Section 07Keeping the forecast honest after signature
A forecast is a living instrument, not a one time exercise. Once the commitment is signed, the forecast should be checked against actual consumption every period so that drift is caught early. If real usage is running ahead of the expected scenario, you have time to act before the allowance is exhausted, whether by re scoping an inefficient workflow or triggering a conversion at the committed rate. If usage is running behind, you carry that evidence into the next renewal to argue against an inflated commitment.
The discipline pays off most at the next renewal, when the vendor returns with a fresh estimate. A buyer who has tracked actual draw against forecast across the term arrives with the strongest possible evidence: their own measured consumption. That record replaces the vendor spreadsheet as the reference point and turns the renewal into a reconciliation of reality rather than a negotiation over assumptions. Building and maintaining that model is the core of our Now Assist consumption advisory service.
The feedback loop also sharpens the workflow design that drives consumption in the first place. A forecast that surfaces which workflows draw the most assists tells you where efficiency work has the highest return, which protects the commitment without sacrificing the automation outcomes. Forecasting, monitoring and design improvement reinforce each other across the term, and the buyers who treat them as one discipline keep their AI cost predictable in a way that point estimates never achieve.
Forecasting is ultimately a leverage discipline as much as a budgeting one. A buyer who walks into the renewal with a defensible model built from real usage negotiates from evidence, while a buyer who relies on the vendor estimate negotiates from assertion. The model supports every ask, the committed pool size, the overage rate, the conversion right and the term length, and it carries forward into the next renewal as the reference point. The work compounds, because each term of disciplined forecasting makes the next negotiation stronger and the cost more predictable
FAQFrequently asked questions
What is Now Assist consumption forecasting?
It is estimating how many assists your workloads will draw across the contract term. Because AI is bundled but assists are metered, the forecast determines the size of the commitment you buy and the overage you risk, making it the most important input to your AI cost.
How do I build a consumption forecast?
Start from a baseline, ideally pilot data, then weight for the mix of simple and large agentic actions. Model conservative, expected and aggressive adoption scenarios and use the spread to set the committed pool size and the headroom you negotiate.

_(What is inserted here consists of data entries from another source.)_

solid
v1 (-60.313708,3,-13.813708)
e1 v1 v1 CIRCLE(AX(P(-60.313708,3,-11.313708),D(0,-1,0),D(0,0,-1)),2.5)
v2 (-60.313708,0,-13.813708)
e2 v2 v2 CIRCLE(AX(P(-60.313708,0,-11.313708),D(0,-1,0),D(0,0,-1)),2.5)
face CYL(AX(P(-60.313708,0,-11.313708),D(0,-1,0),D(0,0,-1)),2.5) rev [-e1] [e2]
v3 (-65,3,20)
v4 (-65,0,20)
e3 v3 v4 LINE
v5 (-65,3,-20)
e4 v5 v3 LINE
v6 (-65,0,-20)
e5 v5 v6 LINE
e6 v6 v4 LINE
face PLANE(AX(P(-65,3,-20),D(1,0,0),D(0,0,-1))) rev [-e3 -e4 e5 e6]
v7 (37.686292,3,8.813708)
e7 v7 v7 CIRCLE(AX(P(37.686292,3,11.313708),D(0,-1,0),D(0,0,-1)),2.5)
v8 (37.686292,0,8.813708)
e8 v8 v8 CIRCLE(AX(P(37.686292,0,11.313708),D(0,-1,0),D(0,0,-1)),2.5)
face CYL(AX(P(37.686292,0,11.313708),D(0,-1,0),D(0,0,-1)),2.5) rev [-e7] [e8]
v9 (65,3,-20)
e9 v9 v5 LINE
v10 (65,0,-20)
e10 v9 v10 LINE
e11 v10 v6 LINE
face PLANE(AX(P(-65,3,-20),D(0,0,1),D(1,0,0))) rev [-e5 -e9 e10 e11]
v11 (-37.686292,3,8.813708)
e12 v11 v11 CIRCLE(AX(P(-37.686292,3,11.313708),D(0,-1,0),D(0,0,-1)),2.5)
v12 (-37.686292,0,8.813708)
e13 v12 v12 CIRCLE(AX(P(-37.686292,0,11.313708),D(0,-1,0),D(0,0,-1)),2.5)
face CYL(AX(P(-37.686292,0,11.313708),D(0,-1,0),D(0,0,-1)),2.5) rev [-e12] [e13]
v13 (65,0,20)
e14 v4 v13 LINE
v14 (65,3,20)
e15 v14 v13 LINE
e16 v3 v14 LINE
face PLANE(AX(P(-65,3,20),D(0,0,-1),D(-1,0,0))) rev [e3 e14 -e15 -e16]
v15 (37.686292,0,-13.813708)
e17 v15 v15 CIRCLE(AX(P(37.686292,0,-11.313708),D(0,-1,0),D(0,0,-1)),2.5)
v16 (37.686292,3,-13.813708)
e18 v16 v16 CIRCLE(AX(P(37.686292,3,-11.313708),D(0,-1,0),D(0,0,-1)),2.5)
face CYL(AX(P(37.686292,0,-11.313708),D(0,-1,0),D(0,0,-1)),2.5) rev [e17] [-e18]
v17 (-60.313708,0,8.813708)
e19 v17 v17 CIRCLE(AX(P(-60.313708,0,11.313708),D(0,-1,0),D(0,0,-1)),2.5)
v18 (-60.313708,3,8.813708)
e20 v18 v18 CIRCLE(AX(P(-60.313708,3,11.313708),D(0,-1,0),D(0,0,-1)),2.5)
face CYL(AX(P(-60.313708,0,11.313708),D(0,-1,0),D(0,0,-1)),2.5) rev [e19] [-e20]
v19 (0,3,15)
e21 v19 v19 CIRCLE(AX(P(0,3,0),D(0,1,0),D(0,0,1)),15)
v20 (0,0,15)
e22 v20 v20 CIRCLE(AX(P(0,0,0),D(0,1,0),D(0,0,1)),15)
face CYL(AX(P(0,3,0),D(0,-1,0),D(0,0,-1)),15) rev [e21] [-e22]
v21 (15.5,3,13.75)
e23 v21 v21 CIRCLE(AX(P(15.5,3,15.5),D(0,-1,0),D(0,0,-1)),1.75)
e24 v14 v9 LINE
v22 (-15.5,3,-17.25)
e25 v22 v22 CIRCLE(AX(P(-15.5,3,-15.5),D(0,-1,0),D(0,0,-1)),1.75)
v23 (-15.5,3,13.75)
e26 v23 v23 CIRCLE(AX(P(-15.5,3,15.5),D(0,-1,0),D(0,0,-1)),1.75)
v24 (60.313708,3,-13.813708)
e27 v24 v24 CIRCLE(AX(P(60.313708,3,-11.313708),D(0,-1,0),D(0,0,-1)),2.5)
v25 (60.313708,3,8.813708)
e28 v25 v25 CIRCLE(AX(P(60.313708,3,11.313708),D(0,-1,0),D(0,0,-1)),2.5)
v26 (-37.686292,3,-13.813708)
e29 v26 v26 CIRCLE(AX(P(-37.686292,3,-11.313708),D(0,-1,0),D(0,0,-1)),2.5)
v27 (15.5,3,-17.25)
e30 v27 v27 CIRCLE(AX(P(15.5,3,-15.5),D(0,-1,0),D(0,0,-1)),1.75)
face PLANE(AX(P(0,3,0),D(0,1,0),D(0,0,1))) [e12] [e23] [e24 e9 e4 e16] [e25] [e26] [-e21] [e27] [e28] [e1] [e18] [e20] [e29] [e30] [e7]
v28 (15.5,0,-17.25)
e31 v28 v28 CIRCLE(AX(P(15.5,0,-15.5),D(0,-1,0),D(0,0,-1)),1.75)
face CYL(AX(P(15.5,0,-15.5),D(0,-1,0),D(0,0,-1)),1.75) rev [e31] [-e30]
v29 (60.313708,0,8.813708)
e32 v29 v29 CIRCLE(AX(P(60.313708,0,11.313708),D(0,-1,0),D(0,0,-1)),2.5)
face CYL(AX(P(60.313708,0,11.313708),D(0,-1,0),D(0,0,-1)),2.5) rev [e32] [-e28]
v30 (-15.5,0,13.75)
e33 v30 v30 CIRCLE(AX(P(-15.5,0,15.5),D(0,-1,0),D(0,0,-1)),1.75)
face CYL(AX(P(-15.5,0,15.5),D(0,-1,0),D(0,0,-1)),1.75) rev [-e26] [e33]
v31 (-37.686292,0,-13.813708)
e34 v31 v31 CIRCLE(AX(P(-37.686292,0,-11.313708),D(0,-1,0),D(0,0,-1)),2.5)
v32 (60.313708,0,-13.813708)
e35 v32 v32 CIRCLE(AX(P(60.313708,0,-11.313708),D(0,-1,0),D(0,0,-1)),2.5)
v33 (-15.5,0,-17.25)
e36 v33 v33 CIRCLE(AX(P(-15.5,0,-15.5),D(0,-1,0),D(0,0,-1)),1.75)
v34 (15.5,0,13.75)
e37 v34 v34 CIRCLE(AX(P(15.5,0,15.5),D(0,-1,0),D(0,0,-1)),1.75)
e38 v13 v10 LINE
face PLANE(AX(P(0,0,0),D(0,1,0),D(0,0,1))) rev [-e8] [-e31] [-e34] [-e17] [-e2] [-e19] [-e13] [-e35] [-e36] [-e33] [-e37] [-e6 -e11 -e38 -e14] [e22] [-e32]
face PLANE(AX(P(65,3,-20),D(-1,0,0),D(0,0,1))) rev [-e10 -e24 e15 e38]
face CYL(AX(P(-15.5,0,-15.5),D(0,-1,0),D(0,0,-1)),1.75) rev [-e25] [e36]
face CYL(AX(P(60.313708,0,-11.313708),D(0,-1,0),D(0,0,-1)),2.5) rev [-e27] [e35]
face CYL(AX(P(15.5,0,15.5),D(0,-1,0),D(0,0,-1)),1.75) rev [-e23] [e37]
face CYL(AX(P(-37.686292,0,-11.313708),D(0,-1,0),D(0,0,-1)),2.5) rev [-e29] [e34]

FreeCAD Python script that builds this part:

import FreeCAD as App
import Part
import Sketcher

V = App.Vector

doc = App.newDocument("Part")
body = doc.addObject("PartDesign::Body", "Body")

sketch1 = doc.addObject("Sketcher::SketchObject", "Sketch")
body.addObject(sketch1)
sketch1.AttachmentSupport = (doc.XZ_Plane, [""])
sketch1.MapMode = "FlatFace"
sketch1.addGeometry([
    Part.LineSegment(V(-65, -20, 0), V(-65, 20, 0)),
    Part.LineSegment(V(-65, 20, 0), V(65, 20, 0)),
    Part.LineSegment(V(65, 20, 0), V(65, -20, 0)),
    Part.LineSegment(V(65, -20, 0), V(-65, -20, 0)),
], False)
sketch1.addConstraint([
    Sketcher.Constraint("Coincident", 0, 2, 1, 1),
    Sketcher.Constraint("Coincident", 1, 2, 2, 1),
    Sketcher.Constraint("Coincident", 2, 2, 3, 1),
    Sketcher.Constraint("Coincident", 3, 2, 0, 1),
    Sketcher.Constraint("Vertical", 0),
    Sketcher.Constraint("Horizontal", 1),
    Sketcher.Constraint("Vertical", 2),
    Sketcher.Constraint("Horizontal", 3),
    Sketcher.Constraint("Symmetric", 0, 2, 2, 2, -1, 1),
    Sketcher.Constraint("DistanceX", 1, 1, 1, 2, 130.0),
    Sketcher.Constraint("DistanceY", 0, 1, 0, 2, 40.0),
])
pad1 = doc.addObject("PartDesign::Pad", "Pad")
body.addObject(pad1)
pad1.Profile = sketch1
pad1.Length = 3
pad1.Reversed = True

sketch2 = doc.addObject("Sketcher::SketchObject", "Sketch001")
body.addObject(sketch2)
sketch2.AttachmentSupport = (doc.XZ_Plane, [""])
sketch2.MapMode = "FlatFace"
sketch2.addGeometry(Part.Circle(V(0, 0, 0), V(0, 0, 1), 15), False)
sketch2.addConstraint([
    Sketcher.Constraint("Coincident", 0, 3, -1, 1),
    Sketcher.Constraint("Diameter", 0, 30.0),
])
pocket1 = doc.addObject("PartDesign::Pocket", "Pocket")
body.addObject(pocket1)
pocket1.Profile = sketch2
pocket1.Type = "ThroughAll"

sketch3 = doc.addObject("Sketcher::SketchObject", "Sketch002")
body.addObject(sketch3)
sketch3.AttachmentSupport = (doc.XZ_Plane, [""])
sketch3.MapMode = "FlatFace"
sketch3.addGeometry([
    Part.Circle(V(-60.3, -11.3, 0), V(0, 0, 1), 2.5),
    Part.Circle(V(-60.3, 11.3, 0), V(0, 0, 1), 2.5),
    Part.Circle(V(-37.7, 11.3, 0), V(0, 0, 1), 2.5),
    Part.Circle(V(-37.7, -11.3, 0), V(0, 0, 1), 2.5),
], False)
sketch3.addConstraint([
    Sketcher.Constraint("Equal", 0, 1),
    Sketcher.Constraint("Equal", 1, 2),
    Sketcher.Constraint("Equal", 2, 3),
    Sketcher.Constraint("Symmetric", 0, 3, 1, 3, -1),
    Sketcher.Constraint("Symmetric", 2, 3, 3, 3, -1),
    Sketcher.Constraint("Horizontal", 1, 3, 2, 3),
    Sketcher.Constraint("Diameter", 0, 5.0),
    Sketcher.Constraint("DistanceX", 0, 3, -1, 1, 60.313708),
    Sketcher.Constraint("DistanceY", 0, 3, -1, 1, 11.313708),
    Sketcher.Constraint("DistanceX", 2, 3, -1, 1, 37.686292),
])
doc.recompute()
hole = doc.addObject("PartDesign::Hole", "Hole")
body.addObject(hole)
hole.Profile = sketch3
hole.ThreadType = "None"
hole.Diameter = 5
hole.DepthType = "ThroughAll"
doc.recompute()

mirrored = doc.addObject("PartDesign::Mirrored", "Mirrored")
body.addObject(mirrored)
mirrored.Originals = [hole]
mirrored.MirrorPlane = (doc.YZ_Plane, [""])
body.Tip = mirrored

sketch4 = doc.addObject("Sketcher::SketchObject", "Sketch003")
body.addObject(sketch4)
sketch4.AttachmentSupport = (doc.XZ_Plane, [""])
sketch4.MapMode = "FlatFace"
sketch4.addGeometry([
    Part.Circle(V(0, 0, 0), V(0, 0, 1), 1.8),
    Part.Circle(V(15.5, -15.5, 0), V(0, 0, 1), 1.8),
    Part.Circle(V(-15.5, 15.5, 0), V(0, 0, 1), 1.8),
    Part.Circle(V(-15.5, -15.5, 0), V(0, 0, 1), 1.8),
    Part.Circle(V(15.5, 15.5, 0), V(0, 0, 1), 1.8),
], False)
sketch4.addConstraint([
    Sketcher.Constraint("Coincident", 0, 3, -1, 1),
    Sketcher.Constraint("Equal", 0, 1),
    Sketcher.Constraint("Equal", 1, 2),
    Sketcher.Constraint("Equal", 2, 3),
    Sketcher.Constraint("Equal", 3, 4),
    Sketcher.Constraint("Symmetric", 1, 3, 2, 3, -1, 1),
    Sketcher.Constraint("Symmetric", 3, 3, 4, 3, -1, 1),
    Sketcher.Constraint("Symmetric", 1, 3, 3, 3, -2),
    Sketcher.Constraint("Diameter", 0, 3.5),
    Sketcher.Constraint("DistanceX", 2, 3, 1, 3, 31.0),
    Sketcher.Constraint("DistanceY", 1, 3, 2, 3, 31.0),
])
doc.recompute()
hole2 = doc.addObject("PartDesign::Hole", "Hole001")
body.addObject(hole2)
hole2.Profile = sketch4
hole2.ThreadType = "None"
hole2.Diameter = 3.5
hole2.DepthType = "ThroughAll"

doc.recompute()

Why not just use the vendor forecast?
Vendor forecasts tend to either size high to lock in capacity or size low with a punitive overage rate. Many also treat assist draw as flat, ignoring that agentic actions consume more. Bring your own weighted forecast and reconcile the two models.
How does the forecast affect renewal terms?
It is the evidence behind every ask: a committed pool sized with headroom, a fixed overage rate, a conversion right and the right term length. A defensible forecast turns each negotiating position from assertion into evidence.
Are these forecasting figures official ServiceNow prices?
No. They are typical negotiated outcomes based on benchmark observations across real enterprise renewals, used as internal leverage. They are not official list prices and depend on your adoption profile.